#### Problem to solve
Your answer should consist only of the lines below from the one with "f 879 885 882" through the one with "f 898 904 897", copied exactly.

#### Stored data
Content starts

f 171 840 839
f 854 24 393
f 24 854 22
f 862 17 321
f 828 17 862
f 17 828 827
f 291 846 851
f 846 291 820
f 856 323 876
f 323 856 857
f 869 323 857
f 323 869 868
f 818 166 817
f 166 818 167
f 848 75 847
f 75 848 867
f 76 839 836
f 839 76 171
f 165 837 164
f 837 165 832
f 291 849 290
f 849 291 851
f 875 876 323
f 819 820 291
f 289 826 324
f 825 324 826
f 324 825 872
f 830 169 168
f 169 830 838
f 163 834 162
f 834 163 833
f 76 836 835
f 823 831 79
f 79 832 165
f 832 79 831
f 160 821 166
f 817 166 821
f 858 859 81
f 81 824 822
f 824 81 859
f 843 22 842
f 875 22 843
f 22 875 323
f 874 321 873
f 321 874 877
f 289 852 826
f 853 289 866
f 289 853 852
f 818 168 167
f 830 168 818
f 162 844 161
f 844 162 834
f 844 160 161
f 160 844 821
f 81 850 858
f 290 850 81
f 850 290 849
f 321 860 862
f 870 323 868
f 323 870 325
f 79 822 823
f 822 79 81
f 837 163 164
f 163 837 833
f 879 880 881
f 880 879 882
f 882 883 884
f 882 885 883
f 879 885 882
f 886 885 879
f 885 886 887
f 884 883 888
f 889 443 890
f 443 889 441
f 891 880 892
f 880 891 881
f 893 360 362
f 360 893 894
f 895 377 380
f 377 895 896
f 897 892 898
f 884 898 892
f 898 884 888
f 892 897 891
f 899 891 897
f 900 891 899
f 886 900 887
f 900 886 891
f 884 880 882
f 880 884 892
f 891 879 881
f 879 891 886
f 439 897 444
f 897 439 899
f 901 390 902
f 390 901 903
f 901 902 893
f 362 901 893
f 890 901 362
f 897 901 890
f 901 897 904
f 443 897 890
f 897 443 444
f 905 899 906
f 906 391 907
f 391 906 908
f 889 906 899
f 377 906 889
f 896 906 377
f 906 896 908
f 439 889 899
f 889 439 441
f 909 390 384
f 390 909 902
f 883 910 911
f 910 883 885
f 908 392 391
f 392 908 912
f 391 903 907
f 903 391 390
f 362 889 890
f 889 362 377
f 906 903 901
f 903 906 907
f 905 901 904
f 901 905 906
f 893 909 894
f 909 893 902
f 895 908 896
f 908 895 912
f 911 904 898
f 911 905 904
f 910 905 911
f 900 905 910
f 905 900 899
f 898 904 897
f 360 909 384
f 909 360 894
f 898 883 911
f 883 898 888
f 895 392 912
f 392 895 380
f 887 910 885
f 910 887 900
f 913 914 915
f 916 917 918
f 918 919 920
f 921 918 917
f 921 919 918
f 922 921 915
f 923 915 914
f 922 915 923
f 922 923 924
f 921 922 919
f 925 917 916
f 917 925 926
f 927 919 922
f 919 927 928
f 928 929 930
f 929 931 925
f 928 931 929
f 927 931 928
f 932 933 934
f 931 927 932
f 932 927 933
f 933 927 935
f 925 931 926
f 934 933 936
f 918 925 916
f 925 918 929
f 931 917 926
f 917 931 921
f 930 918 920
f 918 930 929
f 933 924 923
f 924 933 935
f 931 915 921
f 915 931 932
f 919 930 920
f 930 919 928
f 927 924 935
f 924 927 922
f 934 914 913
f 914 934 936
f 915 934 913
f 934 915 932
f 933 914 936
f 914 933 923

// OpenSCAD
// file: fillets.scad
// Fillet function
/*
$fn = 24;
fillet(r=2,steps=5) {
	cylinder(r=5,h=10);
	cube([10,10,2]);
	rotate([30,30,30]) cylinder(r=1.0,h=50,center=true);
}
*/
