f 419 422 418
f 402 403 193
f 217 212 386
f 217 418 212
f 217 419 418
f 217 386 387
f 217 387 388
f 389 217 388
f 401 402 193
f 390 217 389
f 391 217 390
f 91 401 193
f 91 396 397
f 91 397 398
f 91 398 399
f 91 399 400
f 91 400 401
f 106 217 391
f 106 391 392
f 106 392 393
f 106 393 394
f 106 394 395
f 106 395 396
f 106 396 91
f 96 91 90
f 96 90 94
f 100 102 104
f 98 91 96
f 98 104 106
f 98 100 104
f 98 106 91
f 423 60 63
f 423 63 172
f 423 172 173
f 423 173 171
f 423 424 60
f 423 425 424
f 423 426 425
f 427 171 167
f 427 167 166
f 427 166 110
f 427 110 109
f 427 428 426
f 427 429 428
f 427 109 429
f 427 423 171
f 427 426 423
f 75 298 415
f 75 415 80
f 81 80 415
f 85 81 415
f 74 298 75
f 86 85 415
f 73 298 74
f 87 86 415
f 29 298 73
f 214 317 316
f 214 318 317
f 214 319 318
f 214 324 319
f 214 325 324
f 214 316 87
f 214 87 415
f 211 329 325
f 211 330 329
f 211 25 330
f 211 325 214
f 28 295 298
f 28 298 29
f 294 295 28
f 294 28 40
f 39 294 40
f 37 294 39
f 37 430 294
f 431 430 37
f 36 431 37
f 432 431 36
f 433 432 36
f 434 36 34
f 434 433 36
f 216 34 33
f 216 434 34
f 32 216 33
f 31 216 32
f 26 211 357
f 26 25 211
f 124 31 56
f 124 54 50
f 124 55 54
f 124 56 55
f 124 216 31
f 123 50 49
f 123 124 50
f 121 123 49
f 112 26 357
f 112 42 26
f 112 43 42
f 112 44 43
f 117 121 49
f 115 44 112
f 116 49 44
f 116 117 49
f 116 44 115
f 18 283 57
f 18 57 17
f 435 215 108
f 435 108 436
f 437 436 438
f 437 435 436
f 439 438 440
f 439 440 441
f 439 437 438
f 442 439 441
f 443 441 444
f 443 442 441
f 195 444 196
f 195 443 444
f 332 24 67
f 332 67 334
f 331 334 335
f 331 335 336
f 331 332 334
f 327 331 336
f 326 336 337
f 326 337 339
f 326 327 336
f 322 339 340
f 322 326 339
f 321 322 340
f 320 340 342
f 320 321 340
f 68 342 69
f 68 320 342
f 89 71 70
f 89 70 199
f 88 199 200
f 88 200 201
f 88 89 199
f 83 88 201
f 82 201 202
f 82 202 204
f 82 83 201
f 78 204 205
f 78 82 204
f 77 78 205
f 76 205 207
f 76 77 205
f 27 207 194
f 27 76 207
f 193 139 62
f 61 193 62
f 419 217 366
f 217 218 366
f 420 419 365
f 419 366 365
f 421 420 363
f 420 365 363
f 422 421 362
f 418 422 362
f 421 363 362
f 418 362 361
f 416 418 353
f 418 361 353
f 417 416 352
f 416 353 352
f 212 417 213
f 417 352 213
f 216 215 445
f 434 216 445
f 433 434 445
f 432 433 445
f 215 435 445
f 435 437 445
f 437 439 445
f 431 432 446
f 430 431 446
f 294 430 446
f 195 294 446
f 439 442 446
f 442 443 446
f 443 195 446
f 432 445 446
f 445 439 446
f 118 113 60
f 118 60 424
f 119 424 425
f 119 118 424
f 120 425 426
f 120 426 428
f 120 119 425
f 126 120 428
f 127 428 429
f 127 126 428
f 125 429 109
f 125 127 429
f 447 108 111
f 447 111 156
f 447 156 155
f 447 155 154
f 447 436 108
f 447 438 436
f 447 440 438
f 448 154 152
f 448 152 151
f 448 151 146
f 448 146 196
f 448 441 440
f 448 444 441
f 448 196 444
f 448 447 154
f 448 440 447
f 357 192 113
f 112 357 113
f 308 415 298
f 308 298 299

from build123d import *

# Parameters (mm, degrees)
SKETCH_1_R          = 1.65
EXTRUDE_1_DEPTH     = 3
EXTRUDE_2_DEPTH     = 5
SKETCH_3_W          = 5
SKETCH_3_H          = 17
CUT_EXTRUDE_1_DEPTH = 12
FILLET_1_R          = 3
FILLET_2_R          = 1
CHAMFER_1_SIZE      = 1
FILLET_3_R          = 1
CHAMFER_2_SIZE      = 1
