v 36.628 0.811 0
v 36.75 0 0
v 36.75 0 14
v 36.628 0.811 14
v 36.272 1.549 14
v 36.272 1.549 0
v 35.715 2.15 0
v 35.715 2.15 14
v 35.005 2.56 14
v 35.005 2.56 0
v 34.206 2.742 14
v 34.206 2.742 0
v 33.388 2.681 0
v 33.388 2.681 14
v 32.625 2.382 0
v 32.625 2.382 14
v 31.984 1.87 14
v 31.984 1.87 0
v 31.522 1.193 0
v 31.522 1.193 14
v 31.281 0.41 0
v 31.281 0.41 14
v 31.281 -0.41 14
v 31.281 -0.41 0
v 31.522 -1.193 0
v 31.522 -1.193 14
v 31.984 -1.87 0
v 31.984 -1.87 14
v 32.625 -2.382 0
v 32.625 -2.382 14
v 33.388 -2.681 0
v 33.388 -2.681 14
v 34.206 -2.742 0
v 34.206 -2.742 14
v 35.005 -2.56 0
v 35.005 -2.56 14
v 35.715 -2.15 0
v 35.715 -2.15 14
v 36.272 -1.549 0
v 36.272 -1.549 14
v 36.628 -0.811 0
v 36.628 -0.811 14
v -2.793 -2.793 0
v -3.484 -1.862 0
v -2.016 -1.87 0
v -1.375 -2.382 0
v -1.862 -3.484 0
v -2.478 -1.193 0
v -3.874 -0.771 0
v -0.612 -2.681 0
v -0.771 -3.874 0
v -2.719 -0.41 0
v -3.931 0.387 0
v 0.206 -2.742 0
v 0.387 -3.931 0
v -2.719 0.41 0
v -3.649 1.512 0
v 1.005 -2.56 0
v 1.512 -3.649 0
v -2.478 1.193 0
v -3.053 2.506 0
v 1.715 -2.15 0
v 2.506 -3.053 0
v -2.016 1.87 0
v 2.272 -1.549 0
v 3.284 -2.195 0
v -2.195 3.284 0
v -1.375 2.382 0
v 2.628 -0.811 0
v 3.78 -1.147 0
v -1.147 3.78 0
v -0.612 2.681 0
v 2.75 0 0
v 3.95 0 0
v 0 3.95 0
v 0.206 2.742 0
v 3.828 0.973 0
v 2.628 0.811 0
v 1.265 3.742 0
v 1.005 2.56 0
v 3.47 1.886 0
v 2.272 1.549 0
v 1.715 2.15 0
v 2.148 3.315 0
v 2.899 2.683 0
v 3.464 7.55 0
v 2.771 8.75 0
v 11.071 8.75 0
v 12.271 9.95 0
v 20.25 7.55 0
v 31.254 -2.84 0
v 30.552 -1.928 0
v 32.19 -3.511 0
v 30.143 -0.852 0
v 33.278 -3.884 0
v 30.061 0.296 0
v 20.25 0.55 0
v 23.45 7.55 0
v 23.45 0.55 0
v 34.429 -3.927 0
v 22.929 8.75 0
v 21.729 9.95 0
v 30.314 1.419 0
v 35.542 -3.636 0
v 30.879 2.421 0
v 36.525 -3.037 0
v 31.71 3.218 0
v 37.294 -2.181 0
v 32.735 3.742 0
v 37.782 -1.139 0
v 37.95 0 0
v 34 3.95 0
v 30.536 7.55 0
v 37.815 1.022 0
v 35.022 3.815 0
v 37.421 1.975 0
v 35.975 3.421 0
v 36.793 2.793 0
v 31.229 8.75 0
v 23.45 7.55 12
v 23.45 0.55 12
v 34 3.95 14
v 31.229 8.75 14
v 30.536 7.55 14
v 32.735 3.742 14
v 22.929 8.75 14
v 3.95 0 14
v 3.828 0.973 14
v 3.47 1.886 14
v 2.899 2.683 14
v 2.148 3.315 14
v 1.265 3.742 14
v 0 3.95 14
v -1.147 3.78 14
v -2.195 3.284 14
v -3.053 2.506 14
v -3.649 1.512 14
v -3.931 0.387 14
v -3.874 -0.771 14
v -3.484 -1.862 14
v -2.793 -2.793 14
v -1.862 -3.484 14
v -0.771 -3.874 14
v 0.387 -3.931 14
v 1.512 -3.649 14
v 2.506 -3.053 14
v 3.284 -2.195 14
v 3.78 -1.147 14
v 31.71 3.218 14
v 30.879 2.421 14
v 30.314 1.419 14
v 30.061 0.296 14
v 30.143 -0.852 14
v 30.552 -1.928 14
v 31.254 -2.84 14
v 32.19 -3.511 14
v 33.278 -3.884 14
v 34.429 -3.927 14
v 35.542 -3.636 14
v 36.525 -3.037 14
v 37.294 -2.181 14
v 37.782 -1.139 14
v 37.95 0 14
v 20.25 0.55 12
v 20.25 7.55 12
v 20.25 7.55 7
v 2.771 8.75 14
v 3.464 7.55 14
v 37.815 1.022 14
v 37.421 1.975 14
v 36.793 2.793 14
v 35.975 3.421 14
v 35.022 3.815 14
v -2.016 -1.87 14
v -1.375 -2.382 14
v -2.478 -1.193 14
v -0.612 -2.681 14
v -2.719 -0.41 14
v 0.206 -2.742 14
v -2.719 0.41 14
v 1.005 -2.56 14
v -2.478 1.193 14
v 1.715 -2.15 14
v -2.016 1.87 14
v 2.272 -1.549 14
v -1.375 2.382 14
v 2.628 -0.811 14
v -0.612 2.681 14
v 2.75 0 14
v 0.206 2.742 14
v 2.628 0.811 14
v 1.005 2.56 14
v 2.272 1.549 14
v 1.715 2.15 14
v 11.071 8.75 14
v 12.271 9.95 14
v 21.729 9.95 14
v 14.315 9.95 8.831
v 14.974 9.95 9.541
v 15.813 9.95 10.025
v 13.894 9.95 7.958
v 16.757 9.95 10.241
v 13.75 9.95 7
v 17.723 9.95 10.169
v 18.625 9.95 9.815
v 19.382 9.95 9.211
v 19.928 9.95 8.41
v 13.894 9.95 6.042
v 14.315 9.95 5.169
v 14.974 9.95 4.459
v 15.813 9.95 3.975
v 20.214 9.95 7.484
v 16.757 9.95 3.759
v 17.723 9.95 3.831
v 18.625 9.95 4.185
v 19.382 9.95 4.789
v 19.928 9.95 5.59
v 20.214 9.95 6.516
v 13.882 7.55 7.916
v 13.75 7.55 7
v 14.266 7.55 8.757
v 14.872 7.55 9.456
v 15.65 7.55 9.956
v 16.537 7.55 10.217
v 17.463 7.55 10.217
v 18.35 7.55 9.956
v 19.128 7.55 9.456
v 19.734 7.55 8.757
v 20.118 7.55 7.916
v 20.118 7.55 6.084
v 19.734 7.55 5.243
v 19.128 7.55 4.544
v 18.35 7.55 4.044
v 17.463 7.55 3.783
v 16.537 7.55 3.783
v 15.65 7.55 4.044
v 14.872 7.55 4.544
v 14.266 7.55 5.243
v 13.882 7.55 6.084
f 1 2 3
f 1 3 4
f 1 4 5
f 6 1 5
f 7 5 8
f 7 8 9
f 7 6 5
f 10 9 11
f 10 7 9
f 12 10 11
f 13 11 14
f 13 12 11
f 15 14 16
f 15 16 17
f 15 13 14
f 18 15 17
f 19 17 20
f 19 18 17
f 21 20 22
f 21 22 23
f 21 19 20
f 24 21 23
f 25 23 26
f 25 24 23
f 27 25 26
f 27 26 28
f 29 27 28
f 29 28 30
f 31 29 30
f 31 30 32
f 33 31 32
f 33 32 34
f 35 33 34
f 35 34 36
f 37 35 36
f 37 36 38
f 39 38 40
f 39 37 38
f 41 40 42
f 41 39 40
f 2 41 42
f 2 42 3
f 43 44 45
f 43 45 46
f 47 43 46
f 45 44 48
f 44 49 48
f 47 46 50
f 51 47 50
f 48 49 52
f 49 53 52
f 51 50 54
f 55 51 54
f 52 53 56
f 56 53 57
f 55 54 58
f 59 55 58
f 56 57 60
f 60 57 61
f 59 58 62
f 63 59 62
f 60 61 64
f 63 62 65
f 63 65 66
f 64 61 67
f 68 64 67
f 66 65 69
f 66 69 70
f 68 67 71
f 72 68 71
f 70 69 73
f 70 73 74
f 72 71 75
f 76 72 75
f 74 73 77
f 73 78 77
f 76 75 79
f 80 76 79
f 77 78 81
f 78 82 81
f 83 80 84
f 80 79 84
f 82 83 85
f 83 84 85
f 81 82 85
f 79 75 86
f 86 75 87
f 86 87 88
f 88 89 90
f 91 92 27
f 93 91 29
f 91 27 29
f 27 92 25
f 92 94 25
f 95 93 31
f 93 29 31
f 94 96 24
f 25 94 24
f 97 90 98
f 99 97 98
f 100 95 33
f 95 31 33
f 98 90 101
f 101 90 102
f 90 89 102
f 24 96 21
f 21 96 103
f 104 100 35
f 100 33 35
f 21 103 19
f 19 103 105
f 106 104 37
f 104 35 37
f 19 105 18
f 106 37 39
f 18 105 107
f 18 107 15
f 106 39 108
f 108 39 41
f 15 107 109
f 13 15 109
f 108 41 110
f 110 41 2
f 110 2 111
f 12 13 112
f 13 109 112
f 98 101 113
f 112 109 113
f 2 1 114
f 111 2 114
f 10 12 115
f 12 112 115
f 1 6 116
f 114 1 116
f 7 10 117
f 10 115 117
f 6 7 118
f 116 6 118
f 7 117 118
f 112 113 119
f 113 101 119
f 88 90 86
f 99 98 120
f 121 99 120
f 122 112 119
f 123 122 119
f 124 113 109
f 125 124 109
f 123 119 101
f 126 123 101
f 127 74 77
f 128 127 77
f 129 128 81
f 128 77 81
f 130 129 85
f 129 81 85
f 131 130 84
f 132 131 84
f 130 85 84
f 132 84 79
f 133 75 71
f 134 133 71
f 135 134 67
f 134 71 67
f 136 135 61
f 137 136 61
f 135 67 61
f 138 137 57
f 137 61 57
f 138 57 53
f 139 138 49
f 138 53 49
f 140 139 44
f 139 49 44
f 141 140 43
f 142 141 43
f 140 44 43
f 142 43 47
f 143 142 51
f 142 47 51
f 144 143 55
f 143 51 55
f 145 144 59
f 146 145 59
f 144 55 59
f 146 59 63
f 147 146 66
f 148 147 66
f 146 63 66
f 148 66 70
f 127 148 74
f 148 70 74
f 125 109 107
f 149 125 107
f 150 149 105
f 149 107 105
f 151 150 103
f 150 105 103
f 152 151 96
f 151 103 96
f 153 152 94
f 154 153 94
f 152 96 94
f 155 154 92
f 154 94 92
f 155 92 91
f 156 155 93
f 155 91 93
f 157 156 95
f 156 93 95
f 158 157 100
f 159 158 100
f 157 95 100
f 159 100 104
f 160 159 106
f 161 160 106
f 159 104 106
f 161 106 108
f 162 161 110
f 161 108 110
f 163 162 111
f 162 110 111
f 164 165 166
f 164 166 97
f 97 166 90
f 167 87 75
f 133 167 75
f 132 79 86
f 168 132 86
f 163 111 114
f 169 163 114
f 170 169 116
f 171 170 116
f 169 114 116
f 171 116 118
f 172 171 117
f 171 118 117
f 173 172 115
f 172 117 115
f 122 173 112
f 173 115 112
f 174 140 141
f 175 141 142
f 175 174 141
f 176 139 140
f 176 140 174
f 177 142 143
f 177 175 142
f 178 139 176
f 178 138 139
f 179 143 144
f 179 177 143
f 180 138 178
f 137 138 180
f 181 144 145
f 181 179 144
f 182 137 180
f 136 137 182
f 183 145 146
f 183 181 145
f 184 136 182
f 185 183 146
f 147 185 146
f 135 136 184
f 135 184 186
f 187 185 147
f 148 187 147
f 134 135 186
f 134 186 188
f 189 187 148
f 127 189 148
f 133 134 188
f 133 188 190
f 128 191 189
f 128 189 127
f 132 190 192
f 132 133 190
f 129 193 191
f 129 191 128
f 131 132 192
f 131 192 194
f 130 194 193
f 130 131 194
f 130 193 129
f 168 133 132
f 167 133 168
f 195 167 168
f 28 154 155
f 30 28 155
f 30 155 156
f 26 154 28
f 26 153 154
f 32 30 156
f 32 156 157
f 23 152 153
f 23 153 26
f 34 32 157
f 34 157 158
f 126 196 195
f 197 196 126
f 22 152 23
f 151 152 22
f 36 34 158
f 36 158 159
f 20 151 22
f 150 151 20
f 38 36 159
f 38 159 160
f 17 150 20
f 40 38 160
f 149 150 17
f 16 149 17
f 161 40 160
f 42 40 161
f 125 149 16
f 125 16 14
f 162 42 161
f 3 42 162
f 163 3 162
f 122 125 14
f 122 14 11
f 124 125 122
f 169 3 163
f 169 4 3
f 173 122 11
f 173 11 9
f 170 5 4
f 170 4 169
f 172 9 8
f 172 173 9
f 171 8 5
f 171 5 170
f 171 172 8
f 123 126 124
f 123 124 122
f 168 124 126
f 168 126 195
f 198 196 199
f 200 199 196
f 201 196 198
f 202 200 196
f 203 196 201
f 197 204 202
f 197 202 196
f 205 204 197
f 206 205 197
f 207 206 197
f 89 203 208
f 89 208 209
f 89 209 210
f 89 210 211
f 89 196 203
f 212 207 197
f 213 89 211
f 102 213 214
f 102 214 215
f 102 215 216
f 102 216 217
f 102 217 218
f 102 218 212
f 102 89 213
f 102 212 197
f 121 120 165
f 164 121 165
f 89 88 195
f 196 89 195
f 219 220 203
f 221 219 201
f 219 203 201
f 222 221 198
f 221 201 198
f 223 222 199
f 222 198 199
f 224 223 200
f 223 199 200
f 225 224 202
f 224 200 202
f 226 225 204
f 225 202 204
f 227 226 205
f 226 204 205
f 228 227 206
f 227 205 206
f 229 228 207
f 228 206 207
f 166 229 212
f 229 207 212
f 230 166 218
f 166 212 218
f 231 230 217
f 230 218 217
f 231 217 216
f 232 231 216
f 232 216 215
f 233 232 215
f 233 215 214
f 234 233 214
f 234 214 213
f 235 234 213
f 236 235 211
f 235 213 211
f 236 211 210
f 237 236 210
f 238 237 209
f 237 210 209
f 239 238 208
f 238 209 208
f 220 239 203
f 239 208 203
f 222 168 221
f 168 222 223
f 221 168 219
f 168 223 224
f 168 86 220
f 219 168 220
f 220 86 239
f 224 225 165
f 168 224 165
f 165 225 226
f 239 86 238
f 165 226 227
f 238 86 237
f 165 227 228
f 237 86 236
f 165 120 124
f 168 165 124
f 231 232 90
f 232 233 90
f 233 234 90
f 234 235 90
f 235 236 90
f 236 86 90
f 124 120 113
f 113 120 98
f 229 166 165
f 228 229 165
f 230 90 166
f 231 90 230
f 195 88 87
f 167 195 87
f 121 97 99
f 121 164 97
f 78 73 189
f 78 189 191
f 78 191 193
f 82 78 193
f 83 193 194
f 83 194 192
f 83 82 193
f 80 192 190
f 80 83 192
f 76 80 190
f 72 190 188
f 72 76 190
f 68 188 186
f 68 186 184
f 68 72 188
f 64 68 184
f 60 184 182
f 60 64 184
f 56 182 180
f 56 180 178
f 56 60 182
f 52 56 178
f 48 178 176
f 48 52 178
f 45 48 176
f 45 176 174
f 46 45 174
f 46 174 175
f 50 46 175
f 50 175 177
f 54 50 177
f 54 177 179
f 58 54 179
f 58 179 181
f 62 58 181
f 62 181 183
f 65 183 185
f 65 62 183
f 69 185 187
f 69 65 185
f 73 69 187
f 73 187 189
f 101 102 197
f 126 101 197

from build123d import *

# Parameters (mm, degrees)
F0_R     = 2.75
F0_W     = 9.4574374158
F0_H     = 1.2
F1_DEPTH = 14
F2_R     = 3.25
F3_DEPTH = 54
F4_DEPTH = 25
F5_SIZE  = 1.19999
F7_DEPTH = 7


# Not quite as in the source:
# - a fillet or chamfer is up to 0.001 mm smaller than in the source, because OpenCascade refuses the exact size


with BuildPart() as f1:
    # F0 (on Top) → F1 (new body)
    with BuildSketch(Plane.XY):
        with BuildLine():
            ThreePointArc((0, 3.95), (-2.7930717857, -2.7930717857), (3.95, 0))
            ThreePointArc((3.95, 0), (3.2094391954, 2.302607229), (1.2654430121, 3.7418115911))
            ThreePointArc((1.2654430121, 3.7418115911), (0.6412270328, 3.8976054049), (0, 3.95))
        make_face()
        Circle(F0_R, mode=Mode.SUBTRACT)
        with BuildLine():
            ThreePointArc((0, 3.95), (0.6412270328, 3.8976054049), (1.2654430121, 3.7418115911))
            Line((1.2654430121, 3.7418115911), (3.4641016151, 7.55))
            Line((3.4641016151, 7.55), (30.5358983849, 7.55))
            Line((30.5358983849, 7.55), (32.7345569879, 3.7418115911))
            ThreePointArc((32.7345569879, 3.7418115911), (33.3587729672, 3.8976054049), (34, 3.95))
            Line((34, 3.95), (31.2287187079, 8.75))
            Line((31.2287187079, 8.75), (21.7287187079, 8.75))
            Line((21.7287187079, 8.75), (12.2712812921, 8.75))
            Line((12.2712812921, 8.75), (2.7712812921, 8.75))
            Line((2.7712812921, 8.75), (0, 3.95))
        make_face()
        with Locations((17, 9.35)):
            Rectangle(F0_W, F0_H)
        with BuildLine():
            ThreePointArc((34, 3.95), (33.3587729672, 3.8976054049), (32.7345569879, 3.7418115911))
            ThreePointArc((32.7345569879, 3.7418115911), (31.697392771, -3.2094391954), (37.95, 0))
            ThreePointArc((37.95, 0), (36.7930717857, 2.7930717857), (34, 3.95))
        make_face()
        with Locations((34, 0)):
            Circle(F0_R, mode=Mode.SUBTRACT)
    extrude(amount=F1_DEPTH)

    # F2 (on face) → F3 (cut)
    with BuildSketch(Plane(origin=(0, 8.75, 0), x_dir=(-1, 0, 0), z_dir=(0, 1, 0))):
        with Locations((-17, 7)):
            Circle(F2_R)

Content ends
Content starts

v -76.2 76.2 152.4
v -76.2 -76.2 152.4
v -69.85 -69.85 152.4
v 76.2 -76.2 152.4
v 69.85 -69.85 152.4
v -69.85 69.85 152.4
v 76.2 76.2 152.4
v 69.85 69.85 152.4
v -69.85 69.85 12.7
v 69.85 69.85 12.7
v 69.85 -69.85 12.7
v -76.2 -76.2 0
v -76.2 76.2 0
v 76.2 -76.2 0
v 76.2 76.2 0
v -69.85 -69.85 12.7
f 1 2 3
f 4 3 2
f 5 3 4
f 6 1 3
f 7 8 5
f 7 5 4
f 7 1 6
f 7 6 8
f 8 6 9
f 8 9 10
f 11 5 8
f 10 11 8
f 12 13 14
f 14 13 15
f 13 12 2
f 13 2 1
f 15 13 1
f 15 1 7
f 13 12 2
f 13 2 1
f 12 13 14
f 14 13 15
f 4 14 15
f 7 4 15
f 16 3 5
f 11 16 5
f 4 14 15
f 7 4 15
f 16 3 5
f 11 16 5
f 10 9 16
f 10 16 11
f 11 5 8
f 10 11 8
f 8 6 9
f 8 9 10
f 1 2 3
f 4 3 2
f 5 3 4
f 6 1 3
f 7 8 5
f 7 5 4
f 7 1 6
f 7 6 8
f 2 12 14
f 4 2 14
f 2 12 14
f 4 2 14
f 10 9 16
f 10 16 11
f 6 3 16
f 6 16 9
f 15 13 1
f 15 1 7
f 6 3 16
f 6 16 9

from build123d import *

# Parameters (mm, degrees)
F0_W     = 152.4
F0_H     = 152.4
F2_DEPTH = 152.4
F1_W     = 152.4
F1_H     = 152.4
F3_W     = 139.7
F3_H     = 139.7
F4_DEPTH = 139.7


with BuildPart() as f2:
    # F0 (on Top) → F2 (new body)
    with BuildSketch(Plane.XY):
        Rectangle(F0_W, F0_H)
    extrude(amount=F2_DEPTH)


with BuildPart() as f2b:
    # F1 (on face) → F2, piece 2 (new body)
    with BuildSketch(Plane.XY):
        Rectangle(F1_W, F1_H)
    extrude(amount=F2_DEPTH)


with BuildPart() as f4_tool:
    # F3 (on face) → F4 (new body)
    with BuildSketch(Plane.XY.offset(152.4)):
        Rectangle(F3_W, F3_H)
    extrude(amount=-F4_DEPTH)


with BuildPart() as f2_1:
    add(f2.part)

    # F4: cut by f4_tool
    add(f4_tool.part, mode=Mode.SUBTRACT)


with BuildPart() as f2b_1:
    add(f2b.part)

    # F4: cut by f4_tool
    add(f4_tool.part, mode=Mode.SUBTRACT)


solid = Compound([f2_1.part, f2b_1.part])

Content ends

#### Response to the exercise
f 879 885 882
f 886 885 879
f 885 886 887
f 884 883 888
f 889 443 890
f 443 889 441
f 891 880 892
f 880 891 881
f 893 360 362
f 360 893 894
f 895 377 380
f 377 895 896
f 897 892 898
f 884 898 892
f 898 884 888
f 892 897 891
f 899 891 897
f 900 891 899
f 886 900 887
f 900 886 891
f 884 880 882
f 880 884 892
f 891 879 881
f 879 891 886
f 439 897 444
f 897 439 899
f 901 390 902
f 390 901 903
f 901 902 893
f 362 901 893
f 890 901 362
f 897 901 890
f 901 897 904
f 443 897 890
f 897 443 444
f 905 899 906
f 906 391 907
f 391 906 908
f 889 906 899
f 377 906 889
f 896 906 377
f 906 896 908
f 439 889 899
f 889 439 441
f 909 390 384
f 390 909 902
f 883 910 911
f 910 883 885
f 908 392 391
f 392 908 912
f 391 903 907
f 903 391 390
f 362 889 890
f 889 362 377
f 906 903 901
f 903 906 907
f 905 901 904
f 901 905 906
f 893 909 894
f 909 893 902
f 895 908 896
f 908 895 912
f 911 904 898
f 911 905 904
f 910 905 911
f 900 905 910
f 905 900 899
f 898 904 897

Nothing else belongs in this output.